== PROBLEM STATEMENT ==
Write out again only the lines that run from the start of the entries to the line containing "f 231 232 233", both included.

[Collected data entries]
..........

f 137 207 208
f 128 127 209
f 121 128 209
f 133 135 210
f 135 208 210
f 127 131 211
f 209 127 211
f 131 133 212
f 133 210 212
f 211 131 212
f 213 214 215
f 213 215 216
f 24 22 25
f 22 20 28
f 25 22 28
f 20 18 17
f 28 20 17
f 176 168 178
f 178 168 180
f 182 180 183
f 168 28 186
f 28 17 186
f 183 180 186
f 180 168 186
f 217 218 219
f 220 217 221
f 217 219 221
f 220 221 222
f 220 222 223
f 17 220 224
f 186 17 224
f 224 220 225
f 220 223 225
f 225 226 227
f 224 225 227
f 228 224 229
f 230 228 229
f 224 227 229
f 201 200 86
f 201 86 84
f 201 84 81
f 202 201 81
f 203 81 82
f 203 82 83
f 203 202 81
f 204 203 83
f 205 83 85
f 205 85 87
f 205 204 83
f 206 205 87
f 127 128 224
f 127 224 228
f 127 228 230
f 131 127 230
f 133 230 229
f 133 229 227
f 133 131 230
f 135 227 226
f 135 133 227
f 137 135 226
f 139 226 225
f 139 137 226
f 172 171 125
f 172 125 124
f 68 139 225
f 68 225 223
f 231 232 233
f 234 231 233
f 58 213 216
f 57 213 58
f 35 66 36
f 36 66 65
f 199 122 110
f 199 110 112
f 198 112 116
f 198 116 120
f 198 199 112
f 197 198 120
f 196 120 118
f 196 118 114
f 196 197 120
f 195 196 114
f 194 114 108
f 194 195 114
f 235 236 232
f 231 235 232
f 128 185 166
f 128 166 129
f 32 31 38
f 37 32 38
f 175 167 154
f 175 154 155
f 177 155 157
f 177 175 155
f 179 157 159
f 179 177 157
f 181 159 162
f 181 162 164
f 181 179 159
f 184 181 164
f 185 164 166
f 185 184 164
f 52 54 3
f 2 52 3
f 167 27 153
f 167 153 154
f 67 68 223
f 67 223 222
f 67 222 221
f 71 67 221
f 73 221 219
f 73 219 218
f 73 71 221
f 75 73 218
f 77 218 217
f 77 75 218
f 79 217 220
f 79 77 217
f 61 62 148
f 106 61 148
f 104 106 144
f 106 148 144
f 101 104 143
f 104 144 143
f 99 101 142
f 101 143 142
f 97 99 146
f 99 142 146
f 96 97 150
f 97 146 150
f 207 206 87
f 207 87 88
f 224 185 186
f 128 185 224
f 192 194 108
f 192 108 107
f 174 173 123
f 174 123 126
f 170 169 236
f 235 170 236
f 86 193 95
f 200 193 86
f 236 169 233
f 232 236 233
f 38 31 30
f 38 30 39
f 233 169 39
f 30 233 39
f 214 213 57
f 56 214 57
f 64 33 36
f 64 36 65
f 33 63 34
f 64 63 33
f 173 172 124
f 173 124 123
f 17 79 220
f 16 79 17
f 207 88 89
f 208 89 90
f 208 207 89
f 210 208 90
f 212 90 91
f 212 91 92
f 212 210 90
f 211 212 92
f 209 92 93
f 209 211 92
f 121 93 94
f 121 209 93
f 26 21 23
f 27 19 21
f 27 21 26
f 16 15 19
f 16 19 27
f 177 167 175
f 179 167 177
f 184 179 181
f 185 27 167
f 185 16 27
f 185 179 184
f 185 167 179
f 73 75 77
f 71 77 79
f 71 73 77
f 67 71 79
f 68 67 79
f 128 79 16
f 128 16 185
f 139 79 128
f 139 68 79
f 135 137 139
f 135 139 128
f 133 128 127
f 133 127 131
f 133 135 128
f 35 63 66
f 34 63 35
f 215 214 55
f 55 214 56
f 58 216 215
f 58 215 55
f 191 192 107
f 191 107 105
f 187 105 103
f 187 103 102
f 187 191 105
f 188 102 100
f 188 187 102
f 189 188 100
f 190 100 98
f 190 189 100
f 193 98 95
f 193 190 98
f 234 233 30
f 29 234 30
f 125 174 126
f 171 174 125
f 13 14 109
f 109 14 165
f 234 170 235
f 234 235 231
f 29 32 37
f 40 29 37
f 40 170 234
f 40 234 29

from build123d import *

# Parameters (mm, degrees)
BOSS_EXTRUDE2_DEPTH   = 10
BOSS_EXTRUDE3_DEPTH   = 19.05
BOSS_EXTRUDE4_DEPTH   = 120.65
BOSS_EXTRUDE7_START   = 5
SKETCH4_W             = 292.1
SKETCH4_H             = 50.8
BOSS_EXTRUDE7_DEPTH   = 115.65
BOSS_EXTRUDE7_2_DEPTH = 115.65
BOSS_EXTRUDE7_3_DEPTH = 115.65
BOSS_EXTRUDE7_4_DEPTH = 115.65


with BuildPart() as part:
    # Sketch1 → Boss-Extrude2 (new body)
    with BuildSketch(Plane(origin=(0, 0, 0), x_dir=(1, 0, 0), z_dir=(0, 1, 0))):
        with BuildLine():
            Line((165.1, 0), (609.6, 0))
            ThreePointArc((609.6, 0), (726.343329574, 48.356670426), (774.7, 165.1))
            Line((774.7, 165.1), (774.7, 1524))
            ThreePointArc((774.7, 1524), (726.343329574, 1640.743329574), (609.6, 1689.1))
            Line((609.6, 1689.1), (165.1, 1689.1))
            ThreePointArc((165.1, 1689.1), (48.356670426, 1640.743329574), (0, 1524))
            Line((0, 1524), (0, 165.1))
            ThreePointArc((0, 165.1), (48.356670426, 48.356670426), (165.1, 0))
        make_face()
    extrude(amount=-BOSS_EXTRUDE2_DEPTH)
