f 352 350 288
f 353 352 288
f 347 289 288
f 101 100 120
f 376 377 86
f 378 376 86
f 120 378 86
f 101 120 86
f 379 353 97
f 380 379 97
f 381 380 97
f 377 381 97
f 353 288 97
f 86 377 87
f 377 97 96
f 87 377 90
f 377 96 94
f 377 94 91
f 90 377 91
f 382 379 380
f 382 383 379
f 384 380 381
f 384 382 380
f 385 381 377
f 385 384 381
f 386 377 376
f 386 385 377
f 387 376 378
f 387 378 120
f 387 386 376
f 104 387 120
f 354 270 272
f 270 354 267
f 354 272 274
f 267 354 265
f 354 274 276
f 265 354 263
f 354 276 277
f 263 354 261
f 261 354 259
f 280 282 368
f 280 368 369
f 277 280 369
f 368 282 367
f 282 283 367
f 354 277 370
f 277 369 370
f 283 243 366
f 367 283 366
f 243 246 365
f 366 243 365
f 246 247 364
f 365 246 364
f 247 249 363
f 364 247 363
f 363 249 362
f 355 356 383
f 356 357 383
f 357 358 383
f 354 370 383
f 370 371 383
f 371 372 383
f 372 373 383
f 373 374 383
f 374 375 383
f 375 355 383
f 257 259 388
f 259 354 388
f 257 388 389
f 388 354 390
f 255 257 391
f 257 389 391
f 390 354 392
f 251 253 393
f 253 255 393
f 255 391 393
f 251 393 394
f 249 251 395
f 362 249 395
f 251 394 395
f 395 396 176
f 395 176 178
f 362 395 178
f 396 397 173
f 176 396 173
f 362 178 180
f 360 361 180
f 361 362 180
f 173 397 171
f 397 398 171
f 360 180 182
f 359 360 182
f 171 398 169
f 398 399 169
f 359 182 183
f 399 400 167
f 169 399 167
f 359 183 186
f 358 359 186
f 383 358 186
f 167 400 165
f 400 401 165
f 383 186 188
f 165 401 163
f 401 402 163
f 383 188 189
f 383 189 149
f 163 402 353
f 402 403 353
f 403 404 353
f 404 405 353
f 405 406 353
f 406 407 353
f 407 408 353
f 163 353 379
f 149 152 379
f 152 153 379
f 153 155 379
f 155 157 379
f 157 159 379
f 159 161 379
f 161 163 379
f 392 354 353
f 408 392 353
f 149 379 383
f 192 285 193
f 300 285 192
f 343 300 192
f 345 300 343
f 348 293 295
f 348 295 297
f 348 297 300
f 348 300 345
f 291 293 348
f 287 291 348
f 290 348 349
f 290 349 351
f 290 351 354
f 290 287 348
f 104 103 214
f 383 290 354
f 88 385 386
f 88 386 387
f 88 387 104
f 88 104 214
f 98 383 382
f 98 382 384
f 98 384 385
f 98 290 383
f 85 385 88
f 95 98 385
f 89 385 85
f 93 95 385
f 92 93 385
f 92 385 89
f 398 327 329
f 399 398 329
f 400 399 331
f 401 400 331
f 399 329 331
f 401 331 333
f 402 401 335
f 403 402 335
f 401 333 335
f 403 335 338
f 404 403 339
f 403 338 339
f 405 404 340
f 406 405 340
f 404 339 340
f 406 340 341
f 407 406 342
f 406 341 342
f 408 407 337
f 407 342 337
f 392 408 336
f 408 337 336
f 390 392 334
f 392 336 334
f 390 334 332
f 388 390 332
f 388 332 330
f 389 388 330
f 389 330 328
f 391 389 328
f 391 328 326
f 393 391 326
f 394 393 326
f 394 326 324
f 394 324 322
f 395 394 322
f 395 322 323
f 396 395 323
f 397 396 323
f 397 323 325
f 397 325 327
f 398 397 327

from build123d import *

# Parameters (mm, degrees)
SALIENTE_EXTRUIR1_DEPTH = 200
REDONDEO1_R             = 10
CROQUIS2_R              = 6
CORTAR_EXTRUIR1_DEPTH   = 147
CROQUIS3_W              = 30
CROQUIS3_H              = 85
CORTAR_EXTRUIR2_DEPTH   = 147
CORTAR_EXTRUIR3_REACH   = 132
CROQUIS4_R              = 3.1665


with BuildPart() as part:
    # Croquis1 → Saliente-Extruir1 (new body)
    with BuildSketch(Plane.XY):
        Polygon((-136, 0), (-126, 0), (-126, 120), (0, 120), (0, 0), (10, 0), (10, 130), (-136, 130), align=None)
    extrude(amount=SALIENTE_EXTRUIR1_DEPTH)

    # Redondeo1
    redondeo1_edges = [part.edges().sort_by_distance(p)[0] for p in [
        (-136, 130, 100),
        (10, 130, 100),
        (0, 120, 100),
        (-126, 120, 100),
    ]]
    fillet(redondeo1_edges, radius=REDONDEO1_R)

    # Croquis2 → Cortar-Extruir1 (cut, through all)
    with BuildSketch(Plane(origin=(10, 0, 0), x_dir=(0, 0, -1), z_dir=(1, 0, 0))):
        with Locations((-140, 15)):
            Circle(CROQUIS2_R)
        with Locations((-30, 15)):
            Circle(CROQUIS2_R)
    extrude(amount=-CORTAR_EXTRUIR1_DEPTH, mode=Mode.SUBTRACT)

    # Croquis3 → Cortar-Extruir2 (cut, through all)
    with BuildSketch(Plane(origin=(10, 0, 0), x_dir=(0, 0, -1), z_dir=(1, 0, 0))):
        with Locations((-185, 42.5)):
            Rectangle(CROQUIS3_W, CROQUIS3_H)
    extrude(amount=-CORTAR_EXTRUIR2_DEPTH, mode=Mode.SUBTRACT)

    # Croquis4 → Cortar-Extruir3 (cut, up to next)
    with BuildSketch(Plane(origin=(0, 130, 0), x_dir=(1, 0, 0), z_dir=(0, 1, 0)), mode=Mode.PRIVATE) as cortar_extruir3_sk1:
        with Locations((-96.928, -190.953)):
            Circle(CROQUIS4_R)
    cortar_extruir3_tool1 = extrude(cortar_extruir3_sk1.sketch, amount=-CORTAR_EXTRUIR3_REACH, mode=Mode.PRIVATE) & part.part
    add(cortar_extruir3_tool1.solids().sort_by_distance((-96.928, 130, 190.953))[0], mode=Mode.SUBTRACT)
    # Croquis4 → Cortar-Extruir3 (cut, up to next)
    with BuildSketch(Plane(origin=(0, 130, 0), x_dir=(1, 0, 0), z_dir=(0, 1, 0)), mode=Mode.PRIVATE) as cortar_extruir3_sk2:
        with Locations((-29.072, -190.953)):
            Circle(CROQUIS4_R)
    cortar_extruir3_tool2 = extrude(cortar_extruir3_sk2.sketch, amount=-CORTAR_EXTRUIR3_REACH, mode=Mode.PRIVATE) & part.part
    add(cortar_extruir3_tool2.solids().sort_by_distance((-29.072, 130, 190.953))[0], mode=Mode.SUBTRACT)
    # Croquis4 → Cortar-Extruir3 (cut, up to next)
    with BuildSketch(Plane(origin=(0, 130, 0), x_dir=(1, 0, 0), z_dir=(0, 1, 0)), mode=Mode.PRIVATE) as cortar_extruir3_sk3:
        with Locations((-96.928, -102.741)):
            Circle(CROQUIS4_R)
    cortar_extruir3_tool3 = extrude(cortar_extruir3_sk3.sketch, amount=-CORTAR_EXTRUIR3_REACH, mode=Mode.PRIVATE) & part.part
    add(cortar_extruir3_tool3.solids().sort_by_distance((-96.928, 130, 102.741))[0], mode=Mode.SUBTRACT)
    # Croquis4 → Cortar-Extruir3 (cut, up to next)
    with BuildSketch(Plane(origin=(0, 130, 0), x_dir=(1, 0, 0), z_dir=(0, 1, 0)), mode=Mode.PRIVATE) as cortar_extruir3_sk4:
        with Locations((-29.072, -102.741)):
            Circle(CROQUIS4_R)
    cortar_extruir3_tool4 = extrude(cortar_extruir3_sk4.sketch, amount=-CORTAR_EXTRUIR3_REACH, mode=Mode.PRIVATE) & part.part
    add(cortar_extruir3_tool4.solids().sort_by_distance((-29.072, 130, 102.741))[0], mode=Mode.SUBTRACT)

..........

== RESPONSE TO THE TASK ==
f 137 207 208
f 128 127 209
f 121 128 209
f 133 135 210
f 135 208 210
f 127 131 211
f 209 127 211
f 131 133 212
f 133 210 212
f 211 131 212
f 213 214 215
f 213 215 216
f 24 22 25
f 22 20 28
f 25 22 28
f 20 18 17
f 28 20 17
f 176 168 178
f 178 168 180
f 182 180 183
f 168 28 186
f 28 17 186
f 183 180 186
f 180 168 186
f 217 218 219
f 220 217 221
f 217 219 221
f 220 221 222
f 220 222 223
f 17 220 224
f 186 17 224
f 224 220 225
f 220 223 225
f 225 226 227
f 224 225 227
f 228 224 229
f 230 228 229
f 224 227 229
f 201 200 86
f 201 86 84
f 201 84 81
f 202 201 81
f 203 81 82
f 203 82 83
f 203 202 81
f 204 203 83
f 205 83 85
f 205 85 87
f 205 204 83
f 206 205 87
f 127 128 224
f 127 224 228
f 127 228 230
f 131 127 230
f 133 230 229
f 133 229 227
f 133 131 230
f 135 227 226
f 135 133 227
f 137 135 226
f 139 226 225
f 139 137 226
f 172 171 125
f 172 125 124
f 68 139 225
f 68 225 223
f 231 232 233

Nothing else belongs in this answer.